Inflator or Deflator

GLOBAL EQUITIES RESEARCH

With no surprise, the first round of the U.S.-China Strategic & Economic Dialogue didn’t bring any information about the dollar (it went below 1.42 EUR/USD yesterday).The United States will take measures to increase national saving as a share of GDP. The U.S. household saving rate has already risen sharply as a result of the crisis, contributing to a significant decline in the U.S. current account deficit, and the United States will adopt policies that will continue to encourage household saving.

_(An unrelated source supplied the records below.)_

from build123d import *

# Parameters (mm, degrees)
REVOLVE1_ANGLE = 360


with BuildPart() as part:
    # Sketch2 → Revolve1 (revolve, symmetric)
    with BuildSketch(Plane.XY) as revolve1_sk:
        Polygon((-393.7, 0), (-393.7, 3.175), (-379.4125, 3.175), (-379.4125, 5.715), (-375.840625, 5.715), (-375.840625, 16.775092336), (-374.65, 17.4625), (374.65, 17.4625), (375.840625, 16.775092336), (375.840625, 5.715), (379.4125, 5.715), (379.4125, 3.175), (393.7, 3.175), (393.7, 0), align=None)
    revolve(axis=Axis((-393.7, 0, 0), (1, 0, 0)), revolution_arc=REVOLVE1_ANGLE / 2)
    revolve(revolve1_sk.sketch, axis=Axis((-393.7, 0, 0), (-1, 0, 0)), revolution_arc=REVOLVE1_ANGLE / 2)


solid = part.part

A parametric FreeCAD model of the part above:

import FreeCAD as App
import Part
import Sketcher
Q = App.Units.Quantity

doc = App.newDocument("Part")
body = doc.addObject("PartDesign::Body", "Body")

sketch1 = body.newObject("Sketcher::SketchObject", "Sketch")
sketch1.AttachmentSupport = (doc.getObject("XY_Plane"), [""])
sketch1.MapMode = "FlatFace"
sketch1.addGeometry([
    Part.LineSegment(App.Vector(-393.7, 3.2, 0), App.Vector(-393.7, 0, 0)),
    Part.LineSegment(App.Vector(-393.7, 0, 0), App.Vector(393.7, 0, 0)),
    Part.LineSegment(App.Vector(393.7, 0, 0), App.Vector(393.7, 3.2, 0)),
    Part.LineSegment(App.Vector(393.7, 3.2, 0), App.Vector(379.4, 3.2, 0)),
    Part.LineSegment(App.Vector(379.4, 3.2, 0), App.Vector(379.4, 5.7, 0)),
    Part.LineSegment(App.Vector(379.4, 5.7, 0), App.Vector(375.8, 5.7, 0)),
    Part.LineSegment(App.Vector(375.8, 5.7, 0), App.Vector(375.8, 16.8, 0)),
    Part.LineSegment(App.Vector(375.8, 16.8, 0), App.Vector(374.6, 17.5, 0)),
    Part.LineSegment(App.Vector(374.6, 17.5, 0), App.Vector(-374.6, 17.5, 0)),
    Part.LineSegment(App.Vector(-374.6, 17.5, 0), App.Vector(-375.8, 16.8, 0)),
    Part.LineSegment(App.Vector(-375.8, 16.8, 0), App.Vector(-375.8, 5.7, 0)),
    Part.LineSegment(App.Vector(-375.8, 5.7, 0), App.Vector(-379.4, 5.7, 0)),
    Part.LineSegment(App.Vector(-379.4, 5.7, 0), App.Vector(-379.4, 3.2, 0)),
    Part.LineSegment(App.Vector(-379.4, 3.2, 0), App.Vector(-393.7, 3.2, 0)),
], False)
sketch1.addConstraint([
    Sketcher.Constraint("Coincident", 0, 2, 1, 1),
    Sketcher.Constraint("Coincident", 1, 2, 2, 1),
    Sketcher.Constraint("Coincident", 2, 2, 3, 1),
    Sketcher.Constraint("Coincident", 3, 2, 4, 1),
    Sketcher.Constraint("Coincident", 4, 2, 5, 1),
    Sketcher.Constraint("Coincident", 5, 2, 6, 1),
    Sketcher.Constraint("Coincident", 6, 2, 7, 1),
    Sketcher.Constraint("Coincident", 7, 2, 8, 1),
    Sketcher.Constraint("Coincident", 8, 2, 9, 1),
    Sketcher.Constraint("Coincident", 9, 2, 10, 1),
    Sketcher.Constraint("Coincident", 10, 2, 11, 1),
    Sketcher.Constraint("Coincident", 11, 2, 12, 1),
    Sketcher.Constraint("Coincident", 12, 2, 13, 1),
    Sketcher.Constraint("Coincident", 13, 2, 0, 1),
    Sketcher.Constraint("Vertical", 0),
    Sketcher.Constraint("Horizontal", 1),
    Sketcher.Constraint("Vertical", 2),
    Sketcher.Constraint("Horizontal", 3),
    Sketcher.Constraint("Vertical", 4),
    Sketcher.Constraint("Horizontal", 5),
    Sketcher.Constraint("Vertical", 6),
    Sketcher.Constraint("Horizontal", 8),
    Sketcher.Constraint("Vertical", 10),
    Sketcher.Constraint("Horizontal", 11),
    Sketcher.Constraint("Vertical", 12),
    Sketcher.Constraint("Horizontal", 13),
    Sketcher.Constraint("Symmetric", 0, 2, 1, 2, -1, 1),
    Sketcher.Constraint("Symmetric", 6, 2, 9, 2, -2),
    Sketcher.Constraint("Symmetric", 4, 2, 11, 2, -2),
    Sketcher.Constraint("Horizontal", 3, 2, 12, 2),
    Sketcher.Constraint("Equal", 7, 9),
    Sketcher.Constraint("DistanceX", 1, 1, 1, 2, Q("31 in")),
    Sketcher.Constraint("DistanceX", 8, 2, 8, 1, Q("29.5 in")),
    Sketcher.Constraint("DistanceY", 4, 1, 4, 2, Q("0.1 in")),
    Sketcher.Constraint("Angle", 7, Q("150 deg")),
    Sketcher.Constraint("DistanceX", 3, 2, 3, 1, Q("0.5625 in")),
    Sketcher.Constraint("DistanceX", 5, 2, 5, 1, Q("0.140625 in")),
    Sketcher.Constraint("DistanceY", 0, 2, 0, 1, Q("0.125 in")),
    Sketcher.Constraint("DistanceY", -1, 1, 7, 2, Q("0.6875 in")),
])
revolution = body.newObject("PartDesign::Revolution", "Revolution")
revolution.Profile = sketch1
revolution.ReferenceAxis = (sketch1, ["H_Axis"])
revolution.Angle = 180

sketch2 = body.newObject("Sketcher::SketchObject", "Sketch001")
sketch2.AttachmentSupport = (doc.getObject("XY_Plane"), [""])
sketch2.MapMode = "FlatFace"
sketch2.addGeometry([
    Part.LineSegment(App.Vector(-393.7, 3.2, 0), App.Vector(-393.7, 0, 0)),
    Part.LineSegment(App.Vector(-393.7, 0, 0), App.Vector(393.7, 0, 0)),
    Part.LineSegment(App.Vector(393.7, 0, 0), App.Vector(393.7, 3.2, 0)),
    Part.LineSegment(App.Vector(393.7, 3.2, 0), App.Vector(379.4, 3.2, 0)),
    Part.LineSegment(App.Vector(379.4, 3.2, 0), App.Vector(379.4, 5.7, 0)),
    Part.LineSegment(App.Vector(379.4, 5.7, 0), App.Vector(375.8, 5.7, 0)),
    Part.LineSegment(App.Vector(375.8, 5.7, 0), App.Vector(375.8, 16.8, 0)),
    Part.LineSegment(App.Vector(375.8, 16.8, 0), App.Vector(374.6, 17.5, 0)),
    Part.LineSegment(App.Vector(374.6, 17.5, 0), App.Vector(-374.6, 17.5, 0)),
    Part.LineSegment(App.Vector(-374.6, 17.5, 0), App.Vector(-375.8, 16.8, 0)),
    Part.LineSegment(App.Vector(-375.8, 16.8, 0), App.Vector(-375.8, 5.7, 0)),
    Part.LineSegment(App.Vector(-375.8, 5.7, 0), App.Vector(-379.4, 5.7, 0)),
    Part.LineSegment(App.Vector(-379.4, 5.7, 0), App.Vector(-379.4, 3.2, 0)),
    Part.LineSegment(App.Vector(-379.4, 3.2, 0), App.Vector(-393.7, 3.2, 0)),
], False)
sketch2.addConstraint([
    Sketcher.Constraint("Coincident", 0, 2, 1, 1),
    Sketcher.Constraint("Coincident", 1, 2, 2, 1),
    Sketcher.Constraint("Coincident", 2, 2, 3, 1),
    Sketcher.Constraint("Coincident", 3, 2, 4, 1),
    Sketcher.Constraint("Coincident", 4, 2, 5, 1),
    Sketcher.Constraint("Coincident", 5, 2, 6, 1),
    Sketcher.Constraint("Coincident", 6, 2, 7, 1),
    Sketcher.Constraint("Coincident", 7, 2, 8, 1),
    Sketcher.Constraint("Coincident", 8, 2, 9, 1),
    Sketcher.Constraint("Coincident", 9, 2, 10, 1),
    Sketcher.Constraint("Coincident", 10, 2, 11, 1),
    Sketcher.Constraint("Coincident", 11, 2, 12, 1),
    Sketcher.Constraint("Coincident", 12, 2, 13, 1),
    Sketcher.Constraint("Coincident", 13, 2, 0, 1),
    Sketcher.Constraint("Vertical", 0),
    Sketcher.Constraint("Horizontal", 1),
    Sketcher.Constraint("Vertical", 2),
    Sketcher.Constraint("Horizontal", 3),
    Sketcher.Constraint("Vertical", 4),
    Sketcher.Constraint("Horizontal", 5),
    Sketcher.Constraint("Vertical", 6),
    Sketcher.Constraint("Horizontal", 8),
    Sketcher.Constraint("Vertical", 10),
    Sketcher.Constraint("Horizontal", 11),
    Sketcher.Constraint("Vertical", 12),
    Sketcher.Constraint("Horizontal", 13),
    Sketcher.Constraint("Symmetric", 0, 2, 1, 2, -1, 1),
    Sketcher.Constraint("Symmetric", 6, 2, 9, 2, -2),
    Sketcher.Constraint("Symmetric", 4, 2, 11, 2, -2),
    Sketcher.Constraint("Horizontal", 3, 2, 12, 2),
    Sketcher.Constraint("Equal", 7, 9),
    Sketcher.Constraint("DistanceX", 1, 1, 1, 2, Q("31 in")),
    Sketcher.Constraint("DistanceX", 8, 2, 8, 1, Q("29.5 in")),
    Sketcher.Constraint("DistanceY", 4, 1, 4, 2, Q("0.1 in")),
    Sketcher.Constraint("Angle", 7, Q("150 deg")),
    Sketcher.Constraint("DistanceX", 3, 2, 3, 1, Q("0.5625 in")),
    Sketcher.Constraint("DistanceX", 5, 2, 5, 1, Q("0.140625 in")),
    Sketcher.Constraint("DistanceY", 0, 2, 0, 1, Q("0.125 in")),
    Sketcher.Constraint("DistanceY", -1, 1, 7, 2, Q("0.6875 in")),
])
revolution2 = body.newObject("PartDesign::Revolution", "Revolution001")
revolution2.Profile = sketch2
revolution2.ReferenceAxis = (sketch2, ["H_Axis"])
revolution2.Angle = 180
revolution2.Reversed = True

doc.recompute()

The United States will also reform its health care system with the aim of controlling rising health care costs for businesses and government while assuring high-quality, affordable health care for all Americans, and is committed to reducing the federal budget deficit relative to GDP to a sustainable level by 2013. China will continue to implement structural and macroeconomic policies to stimulate domestic demand and increase the contribution of consumption to GDP growth. China will further enhance access in its service market and expand areas and channels for non-government investment, with a view to expedite the development of its services industry and increase the share of services in GDP. China will also deepen social safety net reform, including strengthening its basic old-age insurance system and enterprise annuities.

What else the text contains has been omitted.